Chapters 4 through 7 focus on dynamic systems: the behavior of the earth’s atmosphere, which brings about the weather; the movement of its tectonic plates, which can cause earthquakes; the complex human interactions that account for the behavior of the American economy; and the spread of infectious diseases. These systems are being studied by some of our best scientists. But dynamic systems make forecasting more difficult, and predictions in these fields have not always gone very well.
Chapters 8 through 10 turn toward solutions—first by introducing you to a sports bettor who applies Bayes’s theorem more expertly than many economists or scientists do, and then by considering two other games, chess and poker. Sports and games, because they follow well-defined rules, represent good laboratories for testing our predictive skills. They help us to a better understanding of randomness and uncertainty and provide insight about how we might forge information into knowledge.
Bayes’s theorem, however, can also be applied to more existential types of problems.

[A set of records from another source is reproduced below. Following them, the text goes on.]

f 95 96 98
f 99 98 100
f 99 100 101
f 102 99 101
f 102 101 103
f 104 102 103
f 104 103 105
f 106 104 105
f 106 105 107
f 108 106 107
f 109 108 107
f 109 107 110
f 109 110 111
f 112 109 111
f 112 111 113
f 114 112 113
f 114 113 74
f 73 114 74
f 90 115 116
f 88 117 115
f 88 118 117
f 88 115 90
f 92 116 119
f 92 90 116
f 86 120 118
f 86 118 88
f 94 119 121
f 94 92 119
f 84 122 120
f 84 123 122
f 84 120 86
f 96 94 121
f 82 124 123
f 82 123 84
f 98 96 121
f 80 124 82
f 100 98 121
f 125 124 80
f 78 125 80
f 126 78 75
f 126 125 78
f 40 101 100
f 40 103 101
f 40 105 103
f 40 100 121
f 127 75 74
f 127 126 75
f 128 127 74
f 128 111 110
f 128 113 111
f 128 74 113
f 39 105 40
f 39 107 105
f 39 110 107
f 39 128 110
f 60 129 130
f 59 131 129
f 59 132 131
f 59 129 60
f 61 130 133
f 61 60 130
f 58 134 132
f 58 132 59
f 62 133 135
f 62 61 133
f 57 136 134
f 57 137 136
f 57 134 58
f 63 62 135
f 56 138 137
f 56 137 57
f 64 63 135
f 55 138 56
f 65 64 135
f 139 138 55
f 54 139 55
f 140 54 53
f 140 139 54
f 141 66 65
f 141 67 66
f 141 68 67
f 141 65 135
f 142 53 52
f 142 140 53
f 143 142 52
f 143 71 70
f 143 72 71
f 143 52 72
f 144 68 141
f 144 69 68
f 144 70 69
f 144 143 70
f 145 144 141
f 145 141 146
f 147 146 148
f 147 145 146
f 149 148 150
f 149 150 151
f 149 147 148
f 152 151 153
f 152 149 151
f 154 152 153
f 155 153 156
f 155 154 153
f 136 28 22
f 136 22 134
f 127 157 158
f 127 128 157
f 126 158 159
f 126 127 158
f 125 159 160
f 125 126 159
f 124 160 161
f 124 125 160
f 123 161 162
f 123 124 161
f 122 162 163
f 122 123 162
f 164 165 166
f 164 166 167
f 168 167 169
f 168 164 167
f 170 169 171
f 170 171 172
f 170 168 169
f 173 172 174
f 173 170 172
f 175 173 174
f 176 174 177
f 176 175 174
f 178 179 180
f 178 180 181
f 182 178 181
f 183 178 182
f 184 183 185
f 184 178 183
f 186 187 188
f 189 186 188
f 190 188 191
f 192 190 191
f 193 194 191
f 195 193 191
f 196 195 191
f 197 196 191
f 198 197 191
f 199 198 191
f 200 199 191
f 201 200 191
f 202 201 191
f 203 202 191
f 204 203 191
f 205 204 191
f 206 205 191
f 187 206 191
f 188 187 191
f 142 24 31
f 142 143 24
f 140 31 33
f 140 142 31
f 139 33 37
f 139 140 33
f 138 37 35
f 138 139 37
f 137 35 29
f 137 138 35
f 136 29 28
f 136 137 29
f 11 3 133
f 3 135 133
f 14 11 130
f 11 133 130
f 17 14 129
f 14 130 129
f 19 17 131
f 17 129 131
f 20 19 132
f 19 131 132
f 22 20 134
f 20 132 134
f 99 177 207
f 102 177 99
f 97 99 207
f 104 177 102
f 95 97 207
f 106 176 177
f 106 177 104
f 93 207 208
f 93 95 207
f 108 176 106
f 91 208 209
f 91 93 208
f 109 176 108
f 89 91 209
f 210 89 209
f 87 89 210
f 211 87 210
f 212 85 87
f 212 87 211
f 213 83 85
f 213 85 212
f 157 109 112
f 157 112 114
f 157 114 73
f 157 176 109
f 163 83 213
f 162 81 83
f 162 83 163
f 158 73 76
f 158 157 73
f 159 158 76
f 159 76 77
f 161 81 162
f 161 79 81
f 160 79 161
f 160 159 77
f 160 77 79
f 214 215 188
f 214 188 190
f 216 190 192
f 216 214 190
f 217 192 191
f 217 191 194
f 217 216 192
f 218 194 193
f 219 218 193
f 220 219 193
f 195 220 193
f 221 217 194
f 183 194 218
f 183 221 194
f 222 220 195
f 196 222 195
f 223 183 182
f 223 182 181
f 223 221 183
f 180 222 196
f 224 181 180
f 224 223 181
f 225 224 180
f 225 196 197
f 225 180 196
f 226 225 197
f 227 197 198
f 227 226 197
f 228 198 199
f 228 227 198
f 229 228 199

Chapters 11 through 13 consider three of these cases: global warming, terrorism, and bubbles in financial markets. These are hard problems for forecasters and for society. But if we are up to the challenge, we can make our country, our economy, and our planet a little safer.
The world has come a long way since the days of the printing press. Information is no longer a scarce commodity; we have more of it than we know what to do with. But relatively little of it is useful. We perceive it selectively, subjectively, and without much self-regard for the distortions that this causes. We think we want information when we really want knowledge.
The signal is the truth. The noise is what distracts us from the truth. This is a book about the signal and the noise.
1
A CATASTROPHIC FAILURE OF PREDICTION
It was October 23, 2008. The stock market was in free fall, having plummeted almost 30 percent over the previous five weeks. Once-esteemed companies like Lehman Brothers had gone bankrupt. Credit markets had all but ceased to function. Houses in Las Vegas had lost 40 percent of their value.1 Unemployment was skyrocketing. Hundreds of billions of dollars had been committed to failing financial firms. Confidence in government was the lowest that pollsters had ever measured.2 The presidential election
was less than two weeks away.
Congress, normally dormant so close to an election, was abuzz with activity. The bailout bills it had passed were sure to be unpopular3 and it needed to create every impression that the wrongdoers would be punished. The House Oversight Committee had called the heads of the three major credit-rating agencies, Standard & Poor’s (S&P), Moody’s, and Fitch Ratings, to testify before them. The ratings agencies were charged with assessing the likelihood that trillions of dollars in mortgage-backed securities would go into default. To put it mildly, it appeared they had blown the call.
The Worst Prediction of a Sorry Lot
The crisis of the late 2000s is often thought of as a failure of our political and financial institutions. It was obviously an economic failure of massive proportions. By 2011, four years after the Great Recession officially began, the American economy was still almost $800 billion below its productive potential.4
I am convinced, however, that the best way to view the financial crisis is as a failure of judgment—a catastrophic failure of prediction. These predictive failures were widespread, occurring at virtually every stage during, before, and after the crisis and involving everyone from the mortgage brokers to the White House.